Tile-based deferred rendering — as the name clearly says — works on a tile-by-tile basis. Each portion of the screen is loaded into internal caches, processed and written out again. The hardware takes the list of triangles overlapping the current tile and the current depth values and from those comes up with a new set of colours and depths and then writes those all out again. So whereas a completely dumb GPU might do one read and one write to every relevant depth buffer value per triangle, the PowerVR will do one read and one write per batch of geometry, with the ray casting-style algorithm doing the rest in between.
It isn't really possible to implement OpenGL on a 'pure' tile-based deferred renderer because the depth buffer needs to be readable. It also generally isn't efficient to make the depth buffer write only because the colour buffer is readable at any time (either explicitly via glReadPixels or implicitly according to whenever you present the frame buffer as per your OS's mechanisms), meaning that the hardware may have to draw a scene, then draw more onto it.
PowerVR does use a depth buffer, but in a different way than a regular(Immediate Mode Rendering) GPU
The differed part of Tile-based differed rendering means that triangles for a give scene are first processed (shaded, transformed clipped, etc. ) and saved into an intermediate buffer. Only after the entire scene is processed the tiles are rendered one by one.
Having all the processed triangles in one buffer allows the hardware to perform hidden surface removal - removing the triangles that will end up being hidden/overdrawn by other triangles. This significantly reduces the number of rendered triangles, resulting in improved performance and reduced power consumption.
Hidden surface removal typically uses something called a Tab Buffer as well as a depth buffer. (Both are small on-chip memories as they store a tile at a time)
Not sure why you're saying that PowerVR doesn't use a depth buffer. My guess is that it is just a "marketing" way of saying that there is not need to perform expensive writes and reads from system memory in order to perform depth test.

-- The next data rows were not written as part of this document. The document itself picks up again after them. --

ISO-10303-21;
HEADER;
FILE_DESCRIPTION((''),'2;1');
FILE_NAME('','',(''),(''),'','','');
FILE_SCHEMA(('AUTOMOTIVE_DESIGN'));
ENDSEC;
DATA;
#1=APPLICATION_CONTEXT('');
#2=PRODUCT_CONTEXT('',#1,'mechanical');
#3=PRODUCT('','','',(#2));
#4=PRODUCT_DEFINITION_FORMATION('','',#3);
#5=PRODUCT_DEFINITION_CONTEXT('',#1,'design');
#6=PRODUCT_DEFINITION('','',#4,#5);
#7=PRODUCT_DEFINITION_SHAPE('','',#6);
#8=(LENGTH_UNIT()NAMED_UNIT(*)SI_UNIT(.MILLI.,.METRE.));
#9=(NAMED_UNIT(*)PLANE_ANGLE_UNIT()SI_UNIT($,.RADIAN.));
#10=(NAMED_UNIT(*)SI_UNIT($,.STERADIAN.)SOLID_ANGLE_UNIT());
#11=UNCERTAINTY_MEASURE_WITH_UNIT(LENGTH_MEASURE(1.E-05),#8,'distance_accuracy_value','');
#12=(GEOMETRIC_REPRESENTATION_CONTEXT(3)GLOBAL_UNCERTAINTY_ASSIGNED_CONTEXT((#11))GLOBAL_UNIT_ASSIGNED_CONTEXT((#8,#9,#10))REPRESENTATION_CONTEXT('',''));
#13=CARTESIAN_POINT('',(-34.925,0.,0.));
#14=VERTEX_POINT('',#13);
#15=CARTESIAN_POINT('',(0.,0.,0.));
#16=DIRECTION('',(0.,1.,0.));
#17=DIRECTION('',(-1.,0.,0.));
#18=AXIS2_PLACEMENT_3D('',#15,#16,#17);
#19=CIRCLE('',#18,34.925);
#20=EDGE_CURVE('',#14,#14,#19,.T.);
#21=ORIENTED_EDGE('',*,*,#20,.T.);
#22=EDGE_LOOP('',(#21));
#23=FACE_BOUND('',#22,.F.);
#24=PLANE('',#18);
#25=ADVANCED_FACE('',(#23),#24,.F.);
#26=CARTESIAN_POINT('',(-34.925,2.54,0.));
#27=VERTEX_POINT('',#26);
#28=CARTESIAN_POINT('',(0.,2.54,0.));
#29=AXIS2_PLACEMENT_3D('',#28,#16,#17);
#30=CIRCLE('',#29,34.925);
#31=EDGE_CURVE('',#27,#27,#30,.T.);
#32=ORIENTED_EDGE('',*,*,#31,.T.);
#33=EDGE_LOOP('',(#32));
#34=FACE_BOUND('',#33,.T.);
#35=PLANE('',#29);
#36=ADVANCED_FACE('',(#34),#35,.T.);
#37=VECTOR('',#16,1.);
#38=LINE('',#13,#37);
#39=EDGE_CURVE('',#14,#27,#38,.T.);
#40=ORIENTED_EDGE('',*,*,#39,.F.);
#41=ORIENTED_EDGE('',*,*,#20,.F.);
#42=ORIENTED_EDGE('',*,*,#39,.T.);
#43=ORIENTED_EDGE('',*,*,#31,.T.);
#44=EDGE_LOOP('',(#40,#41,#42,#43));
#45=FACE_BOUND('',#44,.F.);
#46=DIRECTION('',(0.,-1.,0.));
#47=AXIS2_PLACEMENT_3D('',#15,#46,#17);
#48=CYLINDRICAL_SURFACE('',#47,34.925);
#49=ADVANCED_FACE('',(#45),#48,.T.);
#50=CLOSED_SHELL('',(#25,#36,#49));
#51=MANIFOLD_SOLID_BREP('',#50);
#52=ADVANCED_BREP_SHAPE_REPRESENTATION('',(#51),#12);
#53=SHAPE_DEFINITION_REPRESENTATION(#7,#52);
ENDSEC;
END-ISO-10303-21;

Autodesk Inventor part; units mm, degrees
ref_plane "YZ Plane" through (0, 0, 0) normal (1, 0, 0) x (0, 1, 0)
ref_plane "XZ Plane" through (0, 0, 0) normal (0, 1, 0) x (-1, 0, 0)
ref_plane "XY Plane" through (0, 0, 0) normal (0, 0, 1) x (1, 0, 0)
sketch "Sketch1" plane through (0, 0, 0) normal (0, 1, 0) x (-1, 0, 0)
  circle A0 centre (0, 0) radius 34.925
  dimension "d0" = 69.85
extrude "Extrusion1" add sketch "Sketch1" along normal blind 2.54
properties part number "seal1" material "Plastic, Transparent"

Just to add to Tommy's answer: the primary benefits of tile based differed rendering are:
Since fragments are processed a tile at a time all color/depth/stencil buffer read and writes are performed from a fast on-chip memory. While the color buffer still has to be read/written to system memory ones per tile, in many cases the depth and stencil buffers need to be written to system memory only if it is required for later use(like your user case). System memory traffic is a significant source of power consumption... so you can see how it reduced power consumption.
Differed rendering enables hidden surface removal. Less rendered triangles means less fragments processing, means less texture memory access.